Наташа так и просияла от радости. Собрав книжки, она пересела назад, на Анино место.

Аня, оглянувшись, посмотрела на нее и Катю с таким отчаянием, словно теперь Наташа разлучила ее с Катей навеки — добилась-таки своего! Когда в классе стало тихо, Людмила Федоровна сказала:

— Девочки! Я хотела бы, чтобы вы меня слушали внимательно. Говорить громко мне трудно. Врачи запретили. У нас в классе должна быть полная тишина.

Девочки с тревожным любопытством посмотрели на Людмилу Федоровну. И как это они раньше не заметили, что ее глуховатый голос звучит сегодня особенно глухо и хрипло?

Все сразу притихли.

— А теперь, — сказала учительница, легонько покашливая, — давайте работать.

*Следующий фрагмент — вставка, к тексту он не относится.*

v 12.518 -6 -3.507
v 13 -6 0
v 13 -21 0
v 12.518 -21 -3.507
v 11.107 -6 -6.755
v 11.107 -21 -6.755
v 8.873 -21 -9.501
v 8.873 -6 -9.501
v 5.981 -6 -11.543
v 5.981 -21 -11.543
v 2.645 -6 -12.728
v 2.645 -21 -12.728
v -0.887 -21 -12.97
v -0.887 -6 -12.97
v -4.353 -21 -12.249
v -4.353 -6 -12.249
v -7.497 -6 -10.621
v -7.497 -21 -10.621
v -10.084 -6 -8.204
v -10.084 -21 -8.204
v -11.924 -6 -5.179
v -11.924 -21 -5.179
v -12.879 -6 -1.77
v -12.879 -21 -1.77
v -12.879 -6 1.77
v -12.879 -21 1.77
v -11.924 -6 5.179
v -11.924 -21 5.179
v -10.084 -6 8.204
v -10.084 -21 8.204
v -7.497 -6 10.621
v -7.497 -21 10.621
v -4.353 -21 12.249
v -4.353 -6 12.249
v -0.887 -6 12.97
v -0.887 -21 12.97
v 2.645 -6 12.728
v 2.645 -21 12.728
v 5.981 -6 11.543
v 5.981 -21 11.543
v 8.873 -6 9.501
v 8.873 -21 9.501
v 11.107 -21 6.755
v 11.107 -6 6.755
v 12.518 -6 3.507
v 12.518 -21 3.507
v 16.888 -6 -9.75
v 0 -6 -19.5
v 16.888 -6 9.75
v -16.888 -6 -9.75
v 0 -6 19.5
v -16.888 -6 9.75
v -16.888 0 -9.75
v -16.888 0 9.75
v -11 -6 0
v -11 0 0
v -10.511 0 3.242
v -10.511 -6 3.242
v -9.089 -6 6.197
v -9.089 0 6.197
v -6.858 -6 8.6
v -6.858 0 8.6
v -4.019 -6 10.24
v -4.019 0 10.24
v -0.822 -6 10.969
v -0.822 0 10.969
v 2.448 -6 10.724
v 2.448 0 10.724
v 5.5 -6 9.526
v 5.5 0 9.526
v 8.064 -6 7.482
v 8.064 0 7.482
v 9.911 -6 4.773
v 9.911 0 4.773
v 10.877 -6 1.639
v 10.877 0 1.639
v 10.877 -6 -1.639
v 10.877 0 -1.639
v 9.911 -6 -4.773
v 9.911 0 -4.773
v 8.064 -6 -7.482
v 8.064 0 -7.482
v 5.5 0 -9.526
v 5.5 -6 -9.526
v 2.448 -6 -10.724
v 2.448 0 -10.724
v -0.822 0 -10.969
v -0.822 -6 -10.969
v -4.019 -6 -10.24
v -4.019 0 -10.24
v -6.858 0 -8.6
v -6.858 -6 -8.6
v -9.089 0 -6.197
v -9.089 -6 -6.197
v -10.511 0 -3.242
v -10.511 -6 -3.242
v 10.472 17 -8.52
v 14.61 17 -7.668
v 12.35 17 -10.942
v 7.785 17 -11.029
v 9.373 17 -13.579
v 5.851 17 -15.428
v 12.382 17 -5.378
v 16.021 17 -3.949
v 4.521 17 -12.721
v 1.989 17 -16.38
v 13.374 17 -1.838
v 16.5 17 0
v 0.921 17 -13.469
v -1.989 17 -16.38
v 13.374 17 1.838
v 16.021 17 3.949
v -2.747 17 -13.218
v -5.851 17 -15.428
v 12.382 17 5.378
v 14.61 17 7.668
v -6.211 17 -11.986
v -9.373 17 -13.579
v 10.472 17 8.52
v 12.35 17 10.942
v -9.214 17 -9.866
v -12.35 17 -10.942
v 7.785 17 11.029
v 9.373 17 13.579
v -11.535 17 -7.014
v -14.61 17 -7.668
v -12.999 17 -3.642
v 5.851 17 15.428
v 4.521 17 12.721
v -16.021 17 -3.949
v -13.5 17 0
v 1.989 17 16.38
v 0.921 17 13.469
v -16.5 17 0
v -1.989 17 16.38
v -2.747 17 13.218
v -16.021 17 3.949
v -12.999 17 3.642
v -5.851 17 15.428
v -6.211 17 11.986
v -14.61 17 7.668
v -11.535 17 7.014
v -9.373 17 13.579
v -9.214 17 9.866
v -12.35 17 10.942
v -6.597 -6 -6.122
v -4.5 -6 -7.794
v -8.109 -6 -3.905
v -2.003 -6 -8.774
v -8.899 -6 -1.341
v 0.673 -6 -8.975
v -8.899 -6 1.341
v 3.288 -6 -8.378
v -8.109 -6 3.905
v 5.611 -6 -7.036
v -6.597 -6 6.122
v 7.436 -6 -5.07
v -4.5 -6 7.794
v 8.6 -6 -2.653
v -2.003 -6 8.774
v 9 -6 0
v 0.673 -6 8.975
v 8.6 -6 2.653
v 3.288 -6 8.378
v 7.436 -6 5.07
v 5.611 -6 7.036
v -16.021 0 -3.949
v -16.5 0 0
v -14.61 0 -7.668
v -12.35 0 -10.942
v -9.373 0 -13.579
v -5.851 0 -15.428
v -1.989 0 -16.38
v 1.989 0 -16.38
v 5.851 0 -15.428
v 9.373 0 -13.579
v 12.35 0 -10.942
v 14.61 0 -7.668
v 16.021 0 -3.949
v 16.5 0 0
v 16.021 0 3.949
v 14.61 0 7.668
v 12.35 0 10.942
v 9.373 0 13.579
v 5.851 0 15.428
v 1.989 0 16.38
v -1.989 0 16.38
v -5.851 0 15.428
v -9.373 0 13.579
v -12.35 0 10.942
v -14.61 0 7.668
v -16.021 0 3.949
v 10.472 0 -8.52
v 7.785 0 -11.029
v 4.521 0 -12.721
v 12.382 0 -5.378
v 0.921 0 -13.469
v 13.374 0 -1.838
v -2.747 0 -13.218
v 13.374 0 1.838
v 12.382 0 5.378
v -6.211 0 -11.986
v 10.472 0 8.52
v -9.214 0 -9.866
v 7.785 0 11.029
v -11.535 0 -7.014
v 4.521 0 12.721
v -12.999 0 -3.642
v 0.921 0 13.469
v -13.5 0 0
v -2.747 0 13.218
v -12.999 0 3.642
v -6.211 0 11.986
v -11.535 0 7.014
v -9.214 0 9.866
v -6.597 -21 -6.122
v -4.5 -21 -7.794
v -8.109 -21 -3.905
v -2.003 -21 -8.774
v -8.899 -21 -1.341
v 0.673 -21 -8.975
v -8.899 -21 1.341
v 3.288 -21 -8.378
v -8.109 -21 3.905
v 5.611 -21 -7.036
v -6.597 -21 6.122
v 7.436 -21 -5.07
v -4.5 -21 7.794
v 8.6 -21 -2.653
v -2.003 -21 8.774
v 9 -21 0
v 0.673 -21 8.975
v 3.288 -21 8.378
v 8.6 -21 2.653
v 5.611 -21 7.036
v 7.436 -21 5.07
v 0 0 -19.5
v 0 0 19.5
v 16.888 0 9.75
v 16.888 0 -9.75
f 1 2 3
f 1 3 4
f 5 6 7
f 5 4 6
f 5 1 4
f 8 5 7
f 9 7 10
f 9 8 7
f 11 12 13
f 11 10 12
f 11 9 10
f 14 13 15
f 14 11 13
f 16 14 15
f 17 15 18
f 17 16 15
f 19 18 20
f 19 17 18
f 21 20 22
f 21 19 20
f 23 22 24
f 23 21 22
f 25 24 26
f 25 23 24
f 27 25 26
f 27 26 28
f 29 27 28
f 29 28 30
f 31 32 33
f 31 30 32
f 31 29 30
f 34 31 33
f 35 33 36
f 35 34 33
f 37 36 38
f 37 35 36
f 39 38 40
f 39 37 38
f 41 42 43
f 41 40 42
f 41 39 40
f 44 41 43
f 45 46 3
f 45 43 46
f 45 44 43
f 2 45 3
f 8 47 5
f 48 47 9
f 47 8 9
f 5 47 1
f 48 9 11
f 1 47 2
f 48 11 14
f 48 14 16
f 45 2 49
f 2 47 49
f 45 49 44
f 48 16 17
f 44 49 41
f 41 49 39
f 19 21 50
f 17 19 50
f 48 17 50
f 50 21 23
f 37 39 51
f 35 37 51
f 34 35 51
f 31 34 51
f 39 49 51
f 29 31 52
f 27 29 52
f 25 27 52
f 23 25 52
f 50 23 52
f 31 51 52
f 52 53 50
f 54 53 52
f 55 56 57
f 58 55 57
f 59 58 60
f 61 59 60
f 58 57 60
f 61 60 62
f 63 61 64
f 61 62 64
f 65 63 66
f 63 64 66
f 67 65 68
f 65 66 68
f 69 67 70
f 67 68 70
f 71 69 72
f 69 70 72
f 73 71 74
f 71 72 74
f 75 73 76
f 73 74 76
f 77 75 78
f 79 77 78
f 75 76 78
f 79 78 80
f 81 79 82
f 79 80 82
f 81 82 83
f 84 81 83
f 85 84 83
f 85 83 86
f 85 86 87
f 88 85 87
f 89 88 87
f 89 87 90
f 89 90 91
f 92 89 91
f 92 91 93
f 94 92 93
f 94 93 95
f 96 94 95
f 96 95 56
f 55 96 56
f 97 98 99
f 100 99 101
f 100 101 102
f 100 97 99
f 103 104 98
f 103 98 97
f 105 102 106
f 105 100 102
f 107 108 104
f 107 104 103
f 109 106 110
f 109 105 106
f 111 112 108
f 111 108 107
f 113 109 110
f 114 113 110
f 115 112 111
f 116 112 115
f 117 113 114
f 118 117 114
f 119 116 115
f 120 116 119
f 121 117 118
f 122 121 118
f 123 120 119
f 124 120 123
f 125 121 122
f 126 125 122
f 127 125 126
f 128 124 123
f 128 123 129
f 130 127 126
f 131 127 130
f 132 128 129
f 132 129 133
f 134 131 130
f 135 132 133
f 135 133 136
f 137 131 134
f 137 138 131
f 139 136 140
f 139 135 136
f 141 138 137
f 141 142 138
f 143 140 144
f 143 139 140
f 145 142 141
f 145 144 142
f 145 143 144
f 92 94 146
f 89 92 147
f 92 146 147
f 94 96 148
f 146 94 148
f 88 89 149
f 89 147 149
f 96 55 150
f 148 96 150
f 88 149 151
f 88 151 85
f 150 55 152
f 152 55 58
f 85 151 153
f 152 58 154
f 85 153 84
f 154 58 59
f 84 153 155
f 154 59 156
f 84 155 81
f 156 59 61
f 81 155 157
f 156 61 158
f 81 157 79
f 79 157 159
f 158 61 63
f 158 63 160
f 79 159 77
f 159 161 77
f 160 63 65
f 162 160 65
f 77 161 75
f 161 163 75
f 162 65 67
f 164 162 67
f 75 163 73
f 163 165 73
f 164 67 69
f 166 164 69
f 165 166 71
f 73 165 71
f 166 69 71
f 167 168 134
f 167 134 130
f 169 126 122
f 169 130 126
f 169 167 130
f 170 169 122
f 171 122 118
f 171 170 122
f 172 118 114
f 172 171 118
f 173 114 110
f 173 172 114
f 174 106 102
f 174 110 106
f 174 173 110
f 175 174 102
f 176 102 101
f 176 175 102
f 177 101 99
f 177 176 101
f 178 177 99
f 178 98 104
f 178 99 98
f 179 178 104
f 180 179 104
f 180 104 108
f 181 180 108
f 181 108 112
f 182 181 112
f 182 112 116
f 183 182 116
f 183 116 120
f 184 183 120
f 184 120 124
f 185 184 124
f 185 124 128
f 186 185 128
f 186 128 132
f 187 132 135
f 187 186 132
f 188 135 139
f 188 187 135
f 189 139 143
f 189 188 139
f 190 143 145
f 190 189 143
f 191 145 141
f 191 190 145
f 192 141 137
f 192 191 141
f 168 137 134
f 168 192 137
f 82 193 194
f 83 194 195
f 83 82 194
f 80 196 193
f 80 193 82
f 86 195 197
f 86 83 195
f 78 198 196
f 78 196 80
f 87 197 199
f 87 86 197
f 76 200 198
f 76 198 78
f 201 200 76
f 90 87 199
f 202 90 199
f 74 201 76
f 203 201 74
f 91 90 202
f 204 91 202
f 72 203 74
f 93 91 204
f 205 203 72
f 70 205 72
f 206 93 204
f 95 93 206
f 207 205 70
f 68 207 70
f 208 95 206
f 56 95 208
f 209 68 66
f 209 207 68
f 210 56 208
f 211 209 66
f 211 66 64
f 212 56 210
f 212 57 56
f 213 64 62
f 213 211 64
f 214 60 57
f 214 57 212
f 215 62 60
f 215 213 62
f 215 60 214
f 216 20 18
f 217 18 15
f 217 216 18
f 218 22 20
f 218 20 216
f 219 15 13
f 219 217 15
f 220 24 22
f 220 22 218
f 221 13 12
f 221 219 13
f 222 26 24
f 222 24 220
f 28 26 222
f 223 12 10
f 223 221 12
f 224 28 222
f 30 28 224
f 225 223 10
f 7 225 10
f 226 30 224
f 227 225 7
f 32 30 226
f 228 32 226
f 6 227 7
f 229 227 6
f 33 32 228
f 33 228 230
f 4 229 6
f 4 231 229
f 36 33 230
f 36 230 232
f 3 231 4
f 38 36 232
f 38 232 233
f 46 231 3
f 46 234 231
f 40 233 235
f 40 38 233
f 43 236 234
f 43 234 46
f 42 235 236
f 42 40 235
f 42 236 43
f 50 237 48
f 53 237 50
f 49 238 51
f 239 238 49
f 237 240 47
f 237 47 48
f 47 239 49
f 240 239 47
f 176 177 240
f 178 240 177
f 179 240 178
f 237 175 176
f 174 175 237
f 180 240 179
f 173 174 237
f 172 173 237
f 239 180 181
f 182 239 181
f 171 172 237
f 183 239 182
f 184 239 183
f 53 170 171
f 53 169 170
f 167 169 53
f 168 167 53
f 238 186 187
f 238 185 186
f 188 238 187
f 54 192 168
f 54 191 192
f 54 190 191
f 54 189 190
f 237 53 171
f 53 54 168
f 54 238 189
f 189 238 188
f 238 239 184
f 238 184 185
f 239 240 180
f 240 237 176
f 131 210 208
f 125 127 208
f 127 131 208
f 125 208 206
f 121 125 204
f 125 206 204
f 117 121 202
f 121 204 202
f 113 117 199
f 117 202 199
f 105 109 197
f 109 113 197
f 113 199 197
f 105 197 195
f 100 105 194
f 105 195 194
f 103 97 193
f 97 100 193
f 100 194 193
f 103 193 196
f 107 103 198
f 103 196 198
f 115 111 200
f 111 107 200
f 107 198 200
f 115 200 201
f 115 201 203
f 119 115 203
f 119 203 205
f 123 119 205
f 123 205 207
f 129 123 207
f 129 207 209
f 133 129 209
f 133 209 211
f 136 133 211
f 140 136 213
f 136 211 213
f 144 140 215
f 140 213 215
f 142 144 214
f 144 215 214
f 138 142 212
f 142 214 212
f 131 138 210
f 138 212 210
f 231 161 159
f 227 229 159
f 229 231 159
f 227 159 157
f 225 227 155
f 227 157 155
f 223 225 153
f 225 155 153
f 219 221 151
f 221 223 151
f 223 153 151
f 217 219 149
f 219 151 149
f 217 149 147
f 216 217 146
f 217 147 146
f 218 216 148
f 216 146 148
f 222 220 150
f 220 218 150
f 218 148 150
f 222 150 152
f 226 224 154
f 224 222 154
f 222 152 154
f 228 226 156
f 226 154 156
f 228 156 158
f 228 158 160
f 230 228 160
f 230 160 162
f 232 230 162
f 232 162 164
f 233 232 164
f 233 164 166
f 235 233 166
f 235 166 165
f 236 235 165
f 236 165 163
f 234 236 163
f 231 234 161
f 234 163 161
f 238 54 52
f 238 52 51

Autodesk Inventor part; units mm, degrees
ref_plane "YZ Plane" through (0, 0, 0) normal (1, 0, 0) x (0, 1, 0)
ref_plane "XZ Plane" through (0, 0, 0) normal (0, 1, 0) x (-1, 0, 0)
ref_plane "XY Plane" through (0, 0, 0) normal (0, 0, 1) x (1, 0, 0)
sketch "Sketch1" plane through (0, 0, 0) normal (0, 1, 0) x (-1, 0, 0)
  circle A0 centre (0, 0) radius 13.5
  circle A1 centre (0, 0) radius 16.5
  dimension "d0" = 27
  dimension "d1" = 33
extrude "pipeEnd" add sketch "Sketch1" along normal blind 17
sketch "Sketch2" plane through (0, 0, 0) normal (0, 1, 0) x (-1, 0, 0)
  circle A0 centre (0, 0) radius 19.5 construction
  line L0 (16.8875, -9.75) -> (16.8875, 9.75)
  line L1 (16.8875, 9.75) -> (0, 19.5)
  line L2 (0, 19.5) -> (-16.8875, 9.75)
  line L3 (-16.8875, 9.75) -> (-16.8875, -9.75)
  line L4 (-16.8875, -9.75) -> (0, -19.5)
  line L5 (0, -19.5) -> (16.8875, -9.75)
  circle A1 centre (0, 0) radius 11
  dimension "d4" = 39
  dimension "d12" = 22
extrude "hexBit" add sketch "Sketch2" against normal blind 6
sketch "Sketch3" plane through (0, -6, 0) normal (0, -1, 0) x (1, 0, 0)
  circle A0 centre (0, 0) radius 9
  circle A1 centre (0, 0) radius 13
  dimension "d7" = 18
  dimension "d8" = 26
extrude "thread" add sketch "Sketch3" along normal blind 15
thread "Thread1" size "G 3/4-14" class "A" standard "BSP Pipe Threads" full length
sketch "pinsPlacement" plane through (0, -21, 0) normal (0, -1, 0) x (1, 0, 0)
  point P0 (0, 0)
  point P1 (0, 0)
properties part number "PVCConnectorMale3_4inch"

Лена Ипполитова, открой книгу и прочитай нам стихотворение «Утро на берегу озера».

Худенькая девочка в очках встала и начала читать по книге еле-еле слышно:

— «Утро на берегу озера». Стихотворение Никитина…

— Постой, Ипполитова, — прервала ее Людмила Федоровна улыбнувшись. — Почему ты говоришь шепотом?

И она обратилась ко всему классу:

— Девочки! Вы не поняли меня. Это мне нельзя говорить громко, а не вам. Шуметь не нужно, а читать и отвечать урок вы должны полным голосом, чтобы всем было слышно. Понятно?

Девочки только головами кивнули.

Лена стала читать стихотворение немножко громче, но все-таки вполголоса:

Ясно утро. Тихо веет
Теплый ветерок;
Луг, как бархат, зеленеет,
В зареве восток.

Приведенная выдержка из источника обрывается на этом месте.